His visit to America at that time is fascinating for some of the judgments:

Nothing here really has roots: not the Good, nor the Bad, not the houses, not the people; neither the friendships, nor the enmities. The soil, both the spiritual and the instinctual, is still too new and too loose. Feelings and judgments grow like asparagus and like asparagus are soon "out of season"...Will America ever become deep?

And later:

I feel the old maids of both sexes will kill America like the priests killed and emasculated Spain. Nobody can have any conception of this moral oppression and tyranny who has not been here. The atmosphere of America, its fear and hatred of the truth are those of a tea party in the back parlor of a parsonage. There are a few faint signs of revolt; but up to date they do not amount to much considering the huge mass which takes its firm stand with the old ladies.

The only route that might offer help to the world, he thought, was the League of Nations, subject to certain amendments he recommended. He feared the rise of the Nationalist Party in Germany:

For us there is only the League of Nations and England or a war of revenge and Russia. Any middle path leads to the abyss just like our tacking back and forth between England and Russia under Wilhelm the struggle has been finally decided and it is only disastrous to put forth the old,,,Ludendorff. Now only a united Europe can still retain her control of the world.

He noted how the paramilitary violence blocked the way in Germany and had reached an impasse: 'the narrow-minded people at home and the ghost-seeing here [in Paris] join hands in a danse macabre.' And he told his audience, in a motto for our times, too,'both here and there we must take up the fight with the same decisiveness and bitterness as our enemies or bury our hope for peace. Contentious and reckless pacifists are needed, not whining.'

Well, we know what happened.

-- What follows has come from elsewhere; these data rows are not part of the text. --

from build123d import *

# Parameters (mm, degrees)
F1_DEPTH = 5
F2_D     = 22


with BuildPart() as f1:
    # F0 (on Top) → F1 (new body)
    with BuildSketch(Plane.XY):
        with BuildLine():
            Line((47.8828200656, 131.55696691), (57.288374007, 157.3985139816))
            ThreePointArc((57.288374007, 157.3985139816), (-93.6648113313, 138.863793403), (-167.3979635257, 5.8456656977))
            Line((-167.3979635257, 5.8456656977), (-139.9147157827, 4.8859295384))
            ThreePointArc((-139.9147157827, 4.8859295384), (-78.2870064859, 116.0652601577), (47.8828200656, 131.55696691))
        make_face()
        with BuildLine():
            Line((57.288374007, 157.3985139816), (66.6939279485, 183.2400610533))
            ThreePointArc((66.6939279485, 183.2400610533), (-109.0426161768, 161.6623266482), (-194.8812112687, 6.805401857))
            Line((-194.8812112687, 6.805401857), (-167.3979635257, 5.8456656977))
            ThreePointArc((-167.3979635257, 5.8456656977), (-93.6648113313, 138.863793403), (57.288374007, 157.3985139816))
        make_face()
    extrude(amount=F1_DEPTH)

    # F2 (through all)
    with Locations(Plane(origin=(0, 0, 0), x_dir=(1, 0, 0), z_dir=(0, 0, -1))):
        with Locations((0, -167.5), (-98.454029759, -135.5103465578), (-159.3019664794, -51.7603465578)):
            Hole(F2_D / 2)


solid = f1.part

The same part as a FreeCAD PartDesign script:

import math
import FreeCAD as App
import Part
import Sketcher
from FreeCAD import Vector
Q = App.Units.Quantity

doc = App.newDocument("Part")
body = doc.addObject("PartDesign::Body", "Body")

# Sketch on XY plane
sketch1 = body.newObject("Sketcher::SketchObject", "Sketch")
sketch1.AttachmentSupport = (doc.getObject("XY_Plane"), [""])
sketch1.MapMode = "FlatFace"
sketch1.addGeometry(Part.LineSegment(Vector(48, 132, 0), Vector(57, 157, 0)), False)
sketch1.addGeometry(Part.LineSegment(Vector(57, 157, 0), Vector(67, 183, 0)), False)
sketch1.addGeometry(Part.ArcOfCircle(Part.Circle(Vector(0, 0, 0), Vector(0, 0, 1), 195), math.radians(70), math.radians(178)), False)
sketch1.addGeometry(Part.LineSegment(Vector(-195, 7, 0), Vector(-140, 5, 0)), False)
sketch1.addGeometry(Part.ArcOfCircle(Part.Circle(Vector(0, 0, 0), Vector(0, 0, 1), 140), math.radians(70), math.radians(178)), False)
sketch1.addConstraint(Sketcher.Constraint("Coincident", 0, 2, 1, 1))
sketch1.addConstraint(Sketcher.Constraint("Coincident", 1, 2, 2, 1))
sketch1.addConstraint(Sketcher.Constraint("Coincident", 2, 2, 3, 1))
sketch1.addConstraint(Sketcher.Constraint("Coincident", 3, 2, 4, 2))
sketch1.addConstraint(Sketcher.Constraint("Coincident", 4, 1, 0, 1))
sketch1.addConstraint(Sketcher.Constraint("Coincident", 2, 3, -1, 1))
sketch1.addConstraint(Sketcher.Constraint("Coincident", 4, 3, -1, 1))
sketch1.addConstraint(Sketcher.Constraint("Parallel", 0, 1))
sketch1.addConstraint(Sketcher.Constraint("Equal", 0, 1))
sketch1.addConstraint(Sketcher.Constraint("Radius", 2, Q("195 mm")))
sketch1.addConstraint(Sketcher.Constraint("Radius", 4, Q("140 mm")))
sketch1.addConstraint(Sketcher.Constraint("Angle", 0, Q("70 deg")))
sketch1.addConstraint(Sketcher.Constraint("Angle", 3, Q("-2 deg")))
sketch1.addConstraint(Sketcher.Constraint("DistanceY", -1, 1, 2, 2, Q("6.805402 mm")))
sketch1.addConstraint(Sketcher.Constraint("DistanceY", -1, 1, 1, 2, Q("183.240061 mm")))
pad1 = body.newObject("PartDesign::Pad", "Pad")
pad1.Profile = sketch1
pad1.Length = 5

# Sketch on XY plane
sketch2 = body.newObject("Sketcher::SketchObject", "Sketch001")
sketch2.AttachmentSupport = (doc.getObject("XY_Plane"), [""])
sketch2.MapMode = "FlatFace"
sketch2.addGeometry(Part.Circle(Vector(0, 168, 0), Vector(0, 0, 1), 11), False)
sketch2.addGeometry(Part.Circle(Vector(-98, 136, 0), Vector(0, 0, 1), 11), False)
sketch2.addGeometry(Part.Circle(Vector(-159, 52, 0), Vector(0, 0, 1), 11), False)
sketch2.addConstraint(Sketcher.Constraint("Equal", 0, 1))
sketch2.addConstraint(Sketcher.Constraint("Equal", 1, 2))
sketch2.addConstraint(Sketcher.Constraint("PointOnObject", 0, 3, -2))
sketch2.addConstraint(Sketcher.Constraint("Diameter", 0, Q("22 mm")))
sketch2.addConstraint(Sketcher.Constraint("DistanceY", -1, 1, 0, 3, Q("167.5 mm")))
sketch2.addConstraint(Sketcher.Constraint("DistanceY", 2, 3, 1, 3, Q("83.75 mm")))
sketch2.addConstraint(Sketcher.Constraint("DistanceX", 1, 3, -1, 1, Q("98.45403 mm")))
sketch2.addConstraint(Sketcher.Constraint("DistanceY", -1, 1, 1, 3, Q("135.510347 mm")))
sketch2.addConstraint(Sketcher.Constraint("DistanceX", 2, 3, -1, 1, Q("159.301966 mm")))
doc.recompute()
hole = body.newObject("PartDesign::Hole", "Hole")
hole.Profile = sketch2
hole.ThreadType = "None"
hole.Diameter = 22
hole.DepthType = "ThroughAll"
hole.Reversed = True

doc.recompute()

He thought that the poison of National Socialism was 'a disease of the German lower middle class'; I reckon we need to use that unfashionable term, rather than 'working class', of Trump's chief constituency if we are to move forward and stop beating ourselves up about 'the people v the elites', which may be true in part - the disease of the banks and the corporations has never been properly addressed - but isn't the whole story. There was no proper opposition to the Nazis then; it is incoherent so far in America and, as represented by Corbyn's lamentable 'command' over the Labour Party, disastrous in the UK. Anyway, I'm sure I'll have cause to return to the Kessler of the Diaries in these pages. In the meantime, I'm back to the lighter ironies of Péter Esterházy's dazzling family pseudo-history Celestial Harmonies, which is oddly comforting as well as very funny at times.


Susan Scheid said...

Such a fascinating trail of crumbs you've laid down here. Do you find, as I do, that as you read almost anything, you read it differently, or anyway with different emphasis, given the tenor of the times? Kessler seems to have much to say to our situation now, that is certain.

David said...

Yes, absolutely, Sue, and while I was always scared out of my wits by Shostakovich's most bitter ironies, I understand the banality of those better too, or should I say I feel them more deeply. Mahler, too, and the other night the first movement of Nielsen's Sixth, a constant build up of energy which constantly collapses and regroups.